I want to take user input for merge sorting so i'm using the array ar[] in the method but it gives error "cannot find symbol " for ar[]..
我想把用户输入用于合并排序,所以我在方法中使用数组ar []但是它给ar []的错误“找不到符号”。
import java.util.*;
import java.io.*;
class Test
{
int Merge()
{
int q,p,r,i,l,m,j,t,k,w,x,s,u;
w=q-p+1;
x=r-q;
int[] L=new int [w+1];
int b=1;
for(s=1;s<=w+1;s++)
{
L[b]=s;
b++;
}
int[] R=new int [x+1];
int c=1;
for(t=1;u<=x+1;u++)
{
R[c]=u;
c++;
}
for(i=1;i<=w;i++)
{
L[i]=ar[p+i-1];
}
for(j=1;j<=x;j++)
{
R[j]=ar[q+j];
}
L[w+1]=1000;
R[x+1]=1001;
i=1;
j=1;
for(k=p;k<=r;k++)
{
if(L[i]<=R[j])
{
ar[k]=L[i];
i=i+1;
}
else
{
ar[k]=R[j];
j=j+1;
}
}
System.out.println("sorted array"+ar[k]);
}
public static void main(String ar[])
{
int a0=Integer.parseInt (ar[0]);
int a1=Integer.parseInt (ar[1]);
int a2=Integer.parseInt (ar[2]);
int a3=Integer.parseInt (ar[3]);
int a4=Integer.parseInt (ar[4]);
int a5=Integer.parseInt (ar[5]);
int a6=Integer.parseInt (ar[6]);
int a7=Integer.parseInt (ar[7]);
int a8=Integer.parseInt (ar[8]);
int a9=Integer.parseInt (ar[9]);
int p=a0,r=a9,q;
if(p<r)
q=(p+r)/2;
Test T=new Test();
T.Merge();
}
}
3 个解决方案
#1
1
ar is visible only in the scope of main method, it's unknown in other methods. In order to see it in other methods, you need to have a class member that will hold its value.

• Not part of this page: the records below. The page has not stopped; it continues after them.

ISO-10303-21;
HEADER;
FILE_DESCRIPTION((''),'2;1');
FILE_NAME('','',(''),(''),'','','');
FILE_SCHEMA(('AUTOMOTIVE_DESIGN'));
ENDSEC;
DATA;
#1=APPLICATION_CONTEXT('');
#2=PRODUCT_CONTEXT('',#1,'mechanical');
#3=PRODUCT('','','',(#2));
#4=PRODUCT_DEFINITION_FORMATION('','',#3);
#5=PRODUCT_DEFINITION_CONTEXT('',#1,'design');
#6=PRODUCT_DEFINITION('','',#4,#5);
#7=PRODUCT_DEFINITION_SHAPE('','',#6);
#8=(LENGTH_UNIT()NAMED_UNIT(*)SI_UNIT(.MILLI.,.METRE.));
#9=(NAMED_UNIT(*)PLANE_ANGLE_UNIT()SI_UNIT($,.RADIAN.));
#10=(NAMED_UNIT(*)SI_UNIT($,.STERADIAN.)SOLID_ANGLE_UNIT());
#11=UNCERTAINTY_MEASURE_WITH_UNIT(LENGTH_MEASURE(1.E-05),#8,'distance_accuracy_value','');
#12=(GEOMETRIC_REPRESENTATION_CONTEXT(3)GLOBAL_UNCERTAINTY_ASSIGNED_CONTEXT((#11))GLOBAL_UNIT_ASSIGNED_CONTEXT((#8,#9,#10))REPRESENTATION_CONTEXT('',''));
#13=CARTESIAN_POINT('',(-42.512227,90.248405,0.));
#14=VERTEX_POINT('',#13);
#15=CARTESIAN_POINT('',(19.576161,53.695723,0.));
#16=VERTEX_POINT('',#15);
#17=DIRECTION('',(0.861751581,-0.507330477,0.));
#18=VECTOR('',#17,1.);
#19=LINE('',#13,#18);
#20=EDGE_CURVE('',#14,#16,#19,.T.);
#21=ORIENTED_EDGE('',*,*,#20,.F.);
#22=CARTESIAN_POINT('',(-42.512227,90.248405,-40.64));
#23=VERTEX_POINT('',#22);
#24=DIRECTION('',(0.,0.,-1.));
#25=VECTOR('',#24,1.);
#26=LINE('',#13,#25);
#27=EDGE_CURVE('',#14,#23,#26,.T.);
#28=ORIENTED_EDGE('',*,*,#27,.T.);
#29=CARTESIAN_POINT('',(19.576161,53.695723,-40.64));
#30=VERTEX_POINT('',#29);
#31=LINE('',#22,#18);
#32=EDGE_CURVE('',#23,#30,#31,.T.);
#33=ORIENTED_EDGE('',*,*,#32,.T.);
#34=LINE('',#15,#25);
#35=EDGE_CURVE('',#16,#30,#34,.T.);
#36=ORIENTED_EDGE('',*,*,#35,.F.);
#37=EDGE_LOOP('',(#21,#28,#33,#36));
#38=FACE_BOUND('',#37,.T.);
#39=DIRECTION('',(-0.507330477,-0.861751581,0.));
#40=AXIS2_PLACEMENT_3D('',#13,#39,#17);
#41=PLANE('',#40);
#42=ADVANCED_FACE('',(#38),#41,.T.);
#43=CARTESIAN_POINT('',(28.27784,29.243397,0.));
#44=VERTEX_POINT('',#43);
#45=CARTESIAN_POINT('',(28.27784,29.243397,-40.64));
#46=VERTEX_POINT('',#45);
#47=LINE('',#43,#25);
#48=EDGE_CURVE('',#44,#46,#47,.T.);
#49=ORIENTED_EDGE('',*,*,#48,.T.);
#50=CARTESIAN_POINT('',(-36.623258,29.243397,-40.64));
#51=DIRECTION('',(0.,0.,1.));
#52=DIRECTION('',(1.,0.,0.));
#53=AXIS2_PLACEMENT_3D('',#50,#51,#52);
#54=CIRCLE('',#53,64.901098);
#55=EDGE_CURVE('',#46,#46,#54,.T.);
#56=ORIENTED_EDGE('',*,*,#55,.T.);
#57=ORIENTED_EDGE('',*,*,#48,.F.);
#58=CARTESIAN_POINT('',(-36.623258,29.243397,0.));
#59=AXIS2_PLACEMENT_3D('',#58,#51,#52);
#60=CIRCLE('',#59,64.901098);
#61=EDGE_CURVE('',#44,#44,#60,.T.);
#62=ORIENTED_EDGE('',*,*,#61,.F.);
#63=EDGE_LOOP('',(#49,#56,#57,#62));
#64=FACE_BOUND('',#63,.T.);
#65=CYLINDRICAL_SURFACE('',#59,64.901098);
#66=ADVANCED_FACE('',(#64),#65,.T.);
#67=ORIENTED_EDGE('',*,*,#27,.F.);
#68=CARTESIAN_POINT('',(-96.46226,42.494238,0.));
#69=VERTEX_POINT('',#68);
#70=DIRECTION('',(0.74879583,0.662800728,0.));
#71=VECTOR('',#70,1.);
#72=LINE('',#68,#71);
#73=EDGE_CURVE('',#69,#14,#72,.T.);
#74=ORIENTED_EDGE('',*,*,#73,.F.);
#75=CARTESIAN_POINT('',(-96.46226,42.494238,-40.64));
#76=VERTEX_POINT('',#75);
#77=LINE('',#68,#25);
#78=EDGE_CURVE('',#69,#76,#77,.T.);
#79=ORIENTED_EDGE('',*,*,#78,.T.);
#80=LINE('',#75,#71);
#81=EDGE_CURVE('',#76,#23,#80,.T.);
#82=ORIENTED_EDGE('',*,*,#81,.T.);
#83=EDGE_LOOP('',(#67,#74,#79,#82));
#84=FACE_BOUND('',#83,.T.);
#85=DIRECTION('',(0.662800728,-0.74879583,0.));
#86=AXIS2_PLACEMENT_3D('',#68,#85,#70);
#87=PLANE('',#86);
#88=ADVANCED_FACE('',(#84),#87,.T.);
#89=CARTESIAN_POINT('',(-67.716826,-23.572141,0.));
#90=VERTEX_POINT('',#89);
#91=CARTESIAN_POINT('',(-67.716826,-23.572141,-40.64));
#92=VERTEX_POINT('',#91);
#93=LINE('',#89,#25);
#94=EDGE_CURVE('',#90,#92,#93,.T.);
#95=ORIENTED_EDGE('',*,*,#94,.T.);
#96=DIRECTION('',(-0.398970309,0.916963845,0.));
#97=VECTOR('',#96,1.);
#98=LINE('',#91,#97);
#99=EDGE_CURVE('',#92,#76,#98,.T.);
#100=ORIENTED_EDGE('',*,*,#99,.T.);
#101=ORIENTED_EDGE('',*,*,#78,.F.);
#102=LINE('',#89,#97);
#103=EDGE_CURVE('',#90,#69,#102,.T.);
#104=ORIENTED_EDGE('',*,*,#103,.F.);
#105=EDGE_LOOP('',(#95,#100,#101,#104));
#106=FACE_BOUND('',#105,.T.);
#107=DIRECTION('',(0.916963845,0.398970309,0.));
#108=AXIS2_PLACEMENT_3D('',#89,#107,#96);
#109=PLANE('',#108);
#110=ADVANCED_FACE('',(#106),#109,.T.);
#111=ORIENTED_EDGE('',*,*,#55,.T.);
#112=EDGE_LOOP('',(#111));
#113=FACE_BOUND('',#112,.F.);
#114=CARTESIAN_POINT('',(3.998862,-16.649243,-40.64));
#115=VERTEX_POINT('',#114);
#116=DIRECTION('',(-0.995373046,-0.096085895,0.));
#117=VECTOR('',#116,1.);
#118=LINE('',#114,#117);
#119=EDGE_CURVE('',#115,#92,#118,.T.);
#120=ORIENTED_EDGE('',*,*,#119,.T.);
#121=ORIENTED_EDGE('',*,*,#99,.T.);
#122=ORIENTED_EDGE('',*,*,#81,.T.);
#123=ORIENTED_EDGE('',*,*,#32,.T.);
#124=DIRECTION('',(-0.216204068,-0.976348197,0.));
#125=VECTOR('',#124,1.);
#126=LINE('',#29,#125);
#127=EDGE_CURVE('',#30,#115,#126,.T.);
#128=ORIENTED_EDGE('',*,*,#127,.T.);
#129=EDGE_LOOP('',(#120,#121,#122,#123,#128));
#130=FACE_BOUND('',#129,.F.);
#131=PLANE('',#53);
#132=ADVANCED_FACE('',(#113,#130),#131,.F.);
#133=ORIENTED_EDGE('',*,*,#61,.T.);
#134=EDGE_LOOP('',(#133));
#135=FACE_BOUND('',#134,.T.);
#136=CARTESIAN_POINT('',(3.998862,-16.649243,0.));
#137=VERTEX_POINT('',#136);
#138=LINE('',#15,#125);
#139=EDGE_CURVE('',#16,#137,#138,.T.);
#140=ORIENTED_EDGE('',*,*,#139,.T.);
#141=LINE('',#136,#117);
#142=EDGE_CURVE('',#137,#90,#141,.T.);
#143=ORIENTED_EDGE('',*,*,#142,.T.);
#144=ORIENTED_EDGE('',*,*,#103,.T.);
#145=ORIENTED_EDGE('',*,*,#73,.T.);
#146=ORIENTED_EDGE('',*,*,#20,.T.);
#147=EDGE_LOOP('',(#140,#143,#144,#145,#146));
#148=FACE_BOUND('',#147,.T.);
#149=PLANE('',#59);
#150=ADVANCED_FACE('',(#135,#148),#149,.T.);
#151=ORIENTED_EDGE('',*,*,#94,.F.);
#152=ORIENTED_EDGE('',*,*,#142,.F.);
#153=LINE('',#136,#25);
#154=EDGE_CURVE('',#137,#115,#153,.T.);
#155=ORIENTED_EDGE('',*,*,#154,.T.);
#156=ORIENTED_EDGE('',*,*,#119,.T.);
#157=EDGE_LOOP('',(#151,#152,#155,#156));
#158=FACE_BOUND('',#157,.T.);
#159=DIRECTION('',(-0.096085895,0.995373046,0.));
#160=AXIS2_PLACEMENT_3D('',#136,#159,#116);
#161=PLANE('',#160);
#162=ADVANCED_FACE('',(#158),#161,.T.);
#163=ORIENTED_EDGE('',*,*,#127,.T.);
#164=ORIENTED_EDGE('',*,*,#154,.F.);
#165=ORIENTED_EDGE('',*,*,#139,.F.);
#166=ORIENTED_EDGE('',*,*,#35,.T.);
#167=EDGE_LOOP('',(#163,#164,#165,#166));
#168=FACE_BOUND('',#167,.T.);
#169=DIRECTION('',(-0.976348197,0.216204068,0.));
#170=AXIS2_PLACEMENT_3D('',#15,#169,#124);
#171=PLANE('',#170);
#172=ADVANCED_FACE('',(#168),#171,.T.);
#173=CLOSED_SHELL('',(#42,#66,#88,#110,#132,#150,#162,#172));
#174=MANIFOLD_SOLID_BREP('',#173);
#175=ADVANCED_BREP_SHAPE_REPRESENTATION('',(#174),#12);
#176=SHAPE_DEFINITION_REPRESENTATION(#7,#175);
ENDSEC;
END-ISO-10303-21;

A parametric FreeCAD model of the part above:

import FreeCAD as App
import Part
import Sketcher
Q = App.Units.Quantity


def add_polygon(sketch, points):
    """Adds a closed chain of lines whose ends are joined by coincident constraints."""
    first, n = sketch.GeometryCount, len(points)
    for a, b in zip(points, points[1:] + points[:1]):
        sketch.addGeometry(Part.LineSegment(App.Vector(*a, 0), App.Vector(*b, 0)), False)
    for i in range(n):
        sketch.addConstraint(Sketcher.Constraint("Coincident", first + i, 2, first + (i + 1) % n, 1))

doc = App.newDocument("Part")
body = doc.addObject("PartDesign::Body", "Body")

sketch1 = body.newObject("Sketcher::SketchObject", "Sketch")
sketch1.AttachmentSupport = (doc.getObject("XY_Plane"), [""])
sketch1.MapMode = "FlatFace"
sketch1.addGeometry(Part.Circle(App.Vector(-37, 29, 0), App.Vector(0, 0, 1), 65), False)
add_polygon(sketch1, [(4, -17), (-68, -24), (-96, 42), (-43, 90), (20, 54)])
sketch1.addConstraint([
    Sketcher.Constraint("Equal", 1, 2),
    Sketcher.Constraint("Equal", 2, 3),
    Sketcher.Constraint("Equal", 3, 4),
    Sketcher.Constraint("Equal", 4, 5),
    Sketcher.Constraint("Diameter", 0, 129.802196),
    Sketcher.Constraint("DistanceX", 1, 2, 3, 2, 25.204599),
    Sketcher.Constraint("DistanceX", 5, 2, 4, 2, 15.577299),
    Sketcher.Constraint("DistanceY", 1, 2, -1, 1, 23.572141),
    Sketcher.Constraint("DistanceX", 2, 2, -1, 1, 96.46226),
    Sketcher.Constraint("DistanceY", -1, 1, 2, 2, 42.494238),
    Sketcher.Constraint("DistanceX", -1, 1, 4, 2, 19.576161),
    Sketcher.Constraint("DistanceY", 1, 2, 0, 3, 52.815538),
    Sketcher.Constraint("DistanceX", 3, 2, 0, 3, 5.888969),
])
pad1 = body.newObject("PartDesign::Pad", "Pad")
pad1.Profile = sketch1
pad1.Length = Q("1.6 in")
pad1.Reversed = True

doc.recompute()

ar只在main方法的范围内可见,在其他方法中是未知的。为了在其他方法中看到它,您需要有一个保持其值的类成员。
#2
1
You have an ar local variable in the main method, but you don't have it in the Merge method. Local variables, and method parameter is just another kind of local variable, are... well, local to the method where they are declared. That means that such a variable is undefined in another method.
main方法中有一个ar局部变量,但在Merge方法中没有它。局部变量和方法参数只是另一种局部变量,它们是声明它们的方法的本地变量。这意味着在另一种方法中未定义这样的变量。
For example, you can have
例如,你可以拥有
class Test {
final int[] ar;
Test(int[] ar) { this.ar = ar; }
public static void main(String[] ar) {
....
final Test t = new Test(ar);
t.Merge();
}
}
#3
0
ar is will be visible in main method only, you need to create a new array in main method. Copy values read into new array and pass this array as input to merge method.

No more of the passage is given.